Une étude suggère qu’il serait possible d’inverser la dégradation de l’ADN liée à l’âge

Image d'illustration. Vue détaillée d instruments analytiques en évaluation génétiqueADN
Selon une récente étude, le processus de dégradation de l’ADN associé au vieillissement pourrait ne pas être irréversible. Ces travaux ouvrent la voie à de nouvelles perspectives pour ralentir, voire corriger, certains effets biologiques du temps sur les cellules.
Tl;dr
- SIRT6 restaure l’organisation de l’ADN chez des souris âgées.
- Certains effets du vieillissement pourraient être réversibles.
- Résultats prometteurs, mais non transposables à l’humain pour l’instant.
La piste SIRT6 : quand la recherche remet en question l’inéluctabilité du vieillissement
Les certitudes sur le vieillissement humain vacillent, à mesure que la recherche dévoile des mécanismes insoupçonnés. Longtemps perçu comme une simple accumulation de dommages dans notre organisme, il pourrait aussi s’agir d’une histoire de « perte d’informations moléculaires », où les cellules désapprennent peu à peu quelles instructions suivre.
Cette hypothèse, qui gagne du terrain, pose une question centrale : et si certains effets de l’âge étaient, dans une certaine mesure, réversibles ? Des travaux récents menés par Haim Cohen, généticien à l’Université Bar-Ilan en Israël, apportent un éclairage nouveau sur ce point.
SIRT6, gardien d’un ADN organisé
Le cœur de cette avancée scientifique réside dans une protéine nommée SIRT6. Déjà connue pour son implication dans la réparation de l’ADN ou la régulation des mitochondries, elle jouerait un rôle-clé dans le maintien de la structure de la chromatine, cette organisation serrée et contrôlée du matériel génétique. Or, avec l’âge, la chromatine a tendance à se relâcher : certains gènes inappropriés s’activent – notamment ceux impliqués dans les processus inflammatoires – tandis que d’autres nécessaires au bon fonctionnement cellulaire s’éteignent.
Dans leur étude publiée sous accès anticipé dans Nature Communications, les chercheurs ont testé les limites de ce phénomène sur des souris. En boostant la production de SIRT6 chez des animaux âgés – notamment au niveau du foie, un organe métabolique majeur –, ils ont observé que la structure de leur ADN retrouvait des caractéristiques habituellement réservées aux sujets plus jeunes.
Ajuster le vieillissement cellulaire : pas si irréversible ?
Les scientifiques se sont même demandé si SIRT6 pouvait aller au-delà d’une simple prévention. En augmentant ses niveaux chez des souris déjà âgées, ils ont constaté qu’en seulement un mois, certaines altérations liées à l’âge reculaient. Ce résultat laisse entrevoir une possible « plasticité » du vieillissement cellulaire.
Pour synthétiser ce que ces recherches suggèrent :
- SIRT6 peut préserver, voire restaurer l’organisation de la chromatine hépatique.
- Ceci limite simultanément inflammation et dégradation métabolique liées à l’âge.
- Cependant, transposer ces manipulations génétiques chez l’humain reste hors de portée aujourd’hui.
Perspectives et prudence scientifique
« En restaurant une organisation saine de la chromatine, on pourrait préserver les fonctions tissulaires et réduire certaines inflammations dues à l’âge », avance prudemment Cohen. Mais attention : malgré cet espoir, rien ne permet encore d’affirmer que ces résultats sont applicables aux humains.

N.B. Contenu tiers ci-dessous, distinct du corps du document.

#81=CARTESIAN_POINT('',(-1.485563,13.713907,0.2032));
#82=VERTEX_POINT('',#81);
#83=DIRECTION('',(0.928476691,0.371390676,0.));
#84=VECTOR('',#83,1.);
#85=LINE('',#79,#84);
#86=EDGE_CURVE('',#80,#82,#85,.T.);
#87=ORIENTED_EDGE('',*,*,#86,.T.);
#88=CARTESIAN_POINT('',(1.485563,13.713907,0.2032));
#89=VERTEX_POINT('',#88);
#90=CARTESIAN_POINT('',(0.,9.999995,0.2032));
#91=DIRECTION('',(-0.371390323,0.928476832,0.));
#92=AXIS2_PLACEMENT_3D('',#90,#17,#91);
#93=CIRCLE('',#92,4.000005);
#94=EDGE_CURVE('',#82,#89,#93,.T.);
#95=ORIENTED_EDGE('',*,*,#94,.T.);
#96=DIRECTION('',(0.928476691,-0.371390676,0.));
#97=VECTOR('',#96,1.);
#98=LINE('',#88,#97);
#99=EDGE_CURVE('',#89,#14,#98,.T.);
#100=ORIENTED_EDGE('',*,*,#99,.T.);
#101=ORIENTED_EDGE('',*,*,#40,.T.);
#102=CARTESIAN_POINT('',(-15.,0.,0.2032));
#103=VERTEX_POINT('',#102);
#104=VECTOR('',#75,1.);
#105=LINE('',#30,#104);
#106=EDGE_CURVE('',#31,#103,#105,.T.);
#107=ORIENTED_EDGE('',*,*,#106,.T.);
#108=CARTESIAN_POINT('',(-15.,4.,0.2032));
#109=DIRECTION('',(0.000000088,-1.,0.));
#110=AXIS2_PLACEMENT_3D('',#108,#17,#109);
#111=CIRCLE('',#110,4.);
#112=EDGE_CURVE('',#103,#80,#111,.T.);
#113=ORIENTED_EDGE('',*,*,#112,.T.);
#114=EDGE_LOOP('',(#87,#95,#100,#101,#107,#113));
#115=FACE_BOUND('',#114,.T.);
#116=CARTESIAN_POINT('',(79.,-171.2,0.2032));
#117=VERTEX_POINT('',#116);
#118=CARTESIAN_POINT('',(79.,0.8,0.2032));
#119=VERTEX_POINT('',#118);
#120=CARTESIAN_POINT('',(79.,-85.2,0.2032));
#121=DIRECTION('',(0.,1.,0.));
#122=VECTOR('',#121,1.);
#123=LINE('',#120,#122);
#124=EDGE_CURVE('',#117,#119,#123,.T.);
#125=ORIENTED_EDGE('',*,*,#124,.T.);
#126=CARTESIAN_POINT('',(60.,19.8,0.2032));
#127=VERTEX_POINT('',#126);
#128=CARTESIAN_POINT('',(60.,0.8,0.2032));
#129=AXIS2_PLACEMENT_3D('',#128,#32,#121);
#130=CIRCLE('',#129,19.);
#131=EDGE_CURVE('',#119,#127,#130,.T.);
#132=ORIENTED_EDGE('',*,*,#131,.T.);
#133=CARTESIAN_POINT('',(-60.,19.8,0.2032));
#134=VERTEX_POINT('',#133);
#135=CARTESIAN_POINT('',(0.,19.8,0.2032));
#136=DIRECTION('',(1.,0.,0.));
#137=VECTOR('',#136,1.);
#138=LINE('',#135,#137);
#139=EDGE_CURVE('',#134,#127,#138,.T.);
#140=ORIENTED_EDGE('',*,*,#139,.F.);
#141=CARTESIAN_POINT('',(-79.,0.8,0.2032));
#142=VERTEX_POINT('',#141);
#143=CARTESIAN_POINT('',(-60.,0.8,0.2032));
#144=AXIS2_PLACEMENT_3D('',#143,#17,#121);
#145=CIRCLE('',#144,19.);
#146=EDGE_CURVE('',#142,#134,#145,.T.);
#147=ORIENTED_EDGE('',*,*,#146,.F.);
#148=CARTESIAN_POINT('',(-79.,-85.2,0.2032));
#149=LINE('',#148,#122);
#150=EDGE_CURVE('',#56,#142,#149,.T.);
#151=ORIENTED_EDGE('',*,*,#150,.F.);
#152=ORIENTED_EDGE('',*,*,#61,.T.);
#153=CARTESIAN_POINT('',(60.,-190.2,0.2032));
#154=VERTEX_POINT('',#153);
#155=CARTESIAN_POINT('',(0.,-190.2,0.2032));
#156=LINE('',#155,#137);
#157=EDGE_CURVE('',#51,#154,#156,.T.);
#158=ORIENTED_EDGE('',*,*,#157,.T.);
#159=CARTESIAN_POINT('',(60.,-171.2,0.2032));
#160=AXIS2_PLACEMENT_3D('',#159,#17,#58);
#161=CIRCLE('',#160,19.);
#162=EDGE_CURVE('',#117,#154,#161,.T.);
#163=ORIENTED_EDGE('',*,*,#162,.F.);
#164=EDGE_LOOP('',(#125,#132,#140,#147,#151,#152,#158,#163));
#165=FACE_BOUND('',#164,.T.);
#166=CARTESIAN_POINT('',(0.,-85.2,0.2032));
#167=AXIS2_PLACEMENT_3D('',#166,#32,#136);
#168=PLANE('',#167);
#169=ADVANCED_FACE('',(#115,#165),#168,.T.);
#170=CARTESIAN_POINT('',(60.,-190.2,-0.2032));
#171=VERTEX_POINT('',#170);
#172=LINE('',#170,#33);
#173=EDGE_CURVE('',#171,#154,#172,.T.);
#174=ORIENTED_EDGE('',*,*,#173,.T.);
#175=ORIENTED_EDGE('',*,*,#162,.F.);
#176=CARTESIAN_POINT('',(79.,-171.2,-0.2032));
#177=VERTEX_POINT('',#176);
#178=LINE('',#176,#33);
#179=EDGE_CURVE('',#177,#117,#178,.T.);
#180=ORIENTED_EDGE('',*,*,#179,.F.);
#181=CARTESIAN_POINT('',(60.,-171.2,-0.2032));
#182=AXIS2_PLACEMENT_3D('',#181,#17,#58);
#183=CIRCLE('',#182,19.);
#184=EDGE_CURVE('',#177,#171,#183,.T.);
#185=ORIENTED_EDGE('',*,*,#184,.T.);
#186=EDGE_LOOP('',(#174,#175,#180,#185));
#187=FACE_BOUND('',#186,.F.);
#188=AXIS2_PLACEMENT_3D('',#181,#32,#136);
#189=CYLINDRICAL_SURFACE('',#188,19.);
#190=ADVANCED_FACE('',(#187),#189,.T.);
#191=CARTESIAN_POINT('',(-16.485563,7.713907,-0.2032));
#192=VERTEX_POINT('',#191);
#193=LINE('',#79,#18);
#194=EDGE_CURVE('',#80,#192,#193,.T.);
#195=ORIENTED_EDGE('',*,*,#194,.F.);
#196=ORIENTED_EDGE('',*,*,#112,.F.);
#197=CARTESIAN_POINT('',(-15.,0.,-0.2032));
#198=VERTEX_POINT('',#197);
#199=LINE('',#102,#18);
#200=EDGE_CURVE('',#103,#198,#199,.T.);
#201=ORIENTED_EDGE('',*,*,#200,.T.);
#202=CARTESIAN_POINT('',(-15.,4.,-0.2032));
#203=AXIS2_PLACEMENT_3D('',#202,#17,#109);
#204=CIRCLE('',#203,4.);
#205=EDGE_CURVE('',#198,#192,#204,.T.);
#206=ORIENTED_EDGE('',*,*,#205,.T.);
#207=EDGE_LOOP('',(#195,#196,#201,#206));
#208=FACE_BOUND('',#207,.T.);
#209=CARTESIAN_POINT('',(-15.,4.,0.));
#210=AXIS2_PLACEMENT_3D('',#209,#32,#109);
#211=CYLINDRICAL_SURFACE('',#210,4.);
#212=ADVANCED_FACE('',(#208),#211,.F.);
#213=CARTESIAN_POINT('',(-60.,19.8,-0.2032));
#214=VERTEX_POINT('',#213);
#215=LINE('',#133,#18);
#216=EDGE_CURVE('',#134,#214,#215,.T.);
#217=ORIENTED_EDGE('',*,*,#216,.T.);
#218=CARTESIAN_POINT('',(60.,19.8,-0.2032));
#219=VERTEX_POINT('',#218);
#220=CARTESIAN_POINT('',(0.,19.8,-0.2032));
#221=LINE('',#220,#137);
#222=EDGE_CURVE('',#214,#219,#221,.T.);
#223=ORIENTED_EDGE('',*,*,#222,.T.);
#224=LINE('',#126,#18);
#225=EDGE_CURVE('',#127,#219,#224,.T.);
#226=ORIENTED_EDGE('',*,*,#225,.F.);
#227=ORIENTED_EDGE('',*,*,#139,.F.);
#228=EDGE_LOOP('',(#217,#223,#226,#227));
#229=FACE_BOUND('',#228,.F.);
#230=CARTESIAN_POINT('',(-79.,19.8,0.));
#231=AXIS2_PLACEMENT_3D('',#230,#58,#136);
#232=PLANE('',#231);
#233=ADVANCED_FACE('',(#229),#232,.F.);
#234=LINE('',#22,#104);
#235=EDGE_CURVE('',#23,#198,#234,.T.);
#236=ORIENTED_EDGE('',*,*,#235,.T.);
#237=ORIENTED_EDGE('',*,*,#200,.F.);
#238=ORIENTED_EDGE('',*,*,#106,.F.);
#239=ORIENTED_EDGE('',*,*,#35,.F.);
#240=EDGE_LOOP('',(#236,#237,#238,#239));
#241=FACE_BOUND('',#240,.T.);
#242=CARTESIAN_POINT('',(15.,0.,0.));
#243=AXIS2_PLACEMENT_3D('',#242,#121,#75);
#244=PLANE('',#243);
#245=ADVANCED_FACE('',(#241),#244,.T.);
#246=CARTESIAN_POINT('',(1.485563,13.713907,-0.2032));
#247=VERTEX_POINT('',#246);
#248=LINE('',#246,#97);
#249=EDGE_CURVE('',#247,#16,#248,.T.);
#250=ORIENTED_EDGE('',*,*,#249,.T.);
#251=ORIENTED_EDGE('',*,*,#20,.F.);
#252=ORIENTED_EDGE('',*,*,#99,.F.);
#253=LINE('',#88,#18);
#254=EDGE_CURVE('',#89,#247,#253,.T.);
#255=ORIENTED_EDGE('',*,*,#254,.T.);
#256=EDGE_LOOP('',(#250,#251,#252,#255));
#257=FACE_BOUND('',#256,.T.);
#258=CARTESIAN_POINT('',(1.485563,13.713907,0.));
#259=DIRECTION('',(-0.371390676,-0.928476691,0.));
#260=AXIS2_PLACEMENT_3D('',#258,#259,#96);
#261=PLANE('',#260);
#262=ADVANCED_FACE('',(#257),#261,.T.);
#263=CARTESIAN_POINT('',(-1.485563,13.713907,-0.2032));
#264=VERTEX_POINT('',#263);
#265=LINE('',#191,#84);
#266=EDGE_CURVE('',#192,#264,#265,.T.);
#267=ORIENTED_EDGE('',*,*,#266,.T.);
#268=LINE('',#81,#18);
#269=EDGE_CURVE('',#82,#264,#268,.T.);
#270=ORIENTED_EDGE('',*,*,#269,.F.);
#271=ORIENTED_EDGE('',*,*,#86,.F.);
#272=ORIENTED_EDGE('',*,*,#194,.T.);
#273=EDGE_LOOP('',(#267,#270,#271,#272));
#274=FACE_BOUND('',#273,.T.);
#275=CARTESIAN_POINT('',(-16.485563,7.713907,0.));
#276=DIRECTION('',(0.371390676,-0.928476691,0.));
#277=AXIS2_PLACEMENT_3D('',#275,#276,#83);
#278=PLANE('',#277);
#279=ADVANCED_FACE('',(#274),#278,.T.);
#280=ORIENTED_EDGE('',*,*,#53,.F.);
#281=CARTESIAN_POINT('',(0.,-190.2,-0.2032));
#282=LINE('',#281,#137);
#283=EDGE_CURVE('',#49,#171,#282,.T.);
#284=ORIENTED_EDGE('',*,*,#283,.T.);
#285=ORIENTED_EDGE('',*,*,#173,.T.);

Les enjeux éthiques et techniques sont majeurs ; toute modification génétique directe relève encore du champ expérimental.
Reste que cette découverte élargit considérablement notre compréhension des processus fondamentaux qui accompagnent le vieillissement. Une porte entrouverte vers d’éventuelles interventions futures… mais la route sera longue avant qu’elles ne viennent bouleverser nos vies.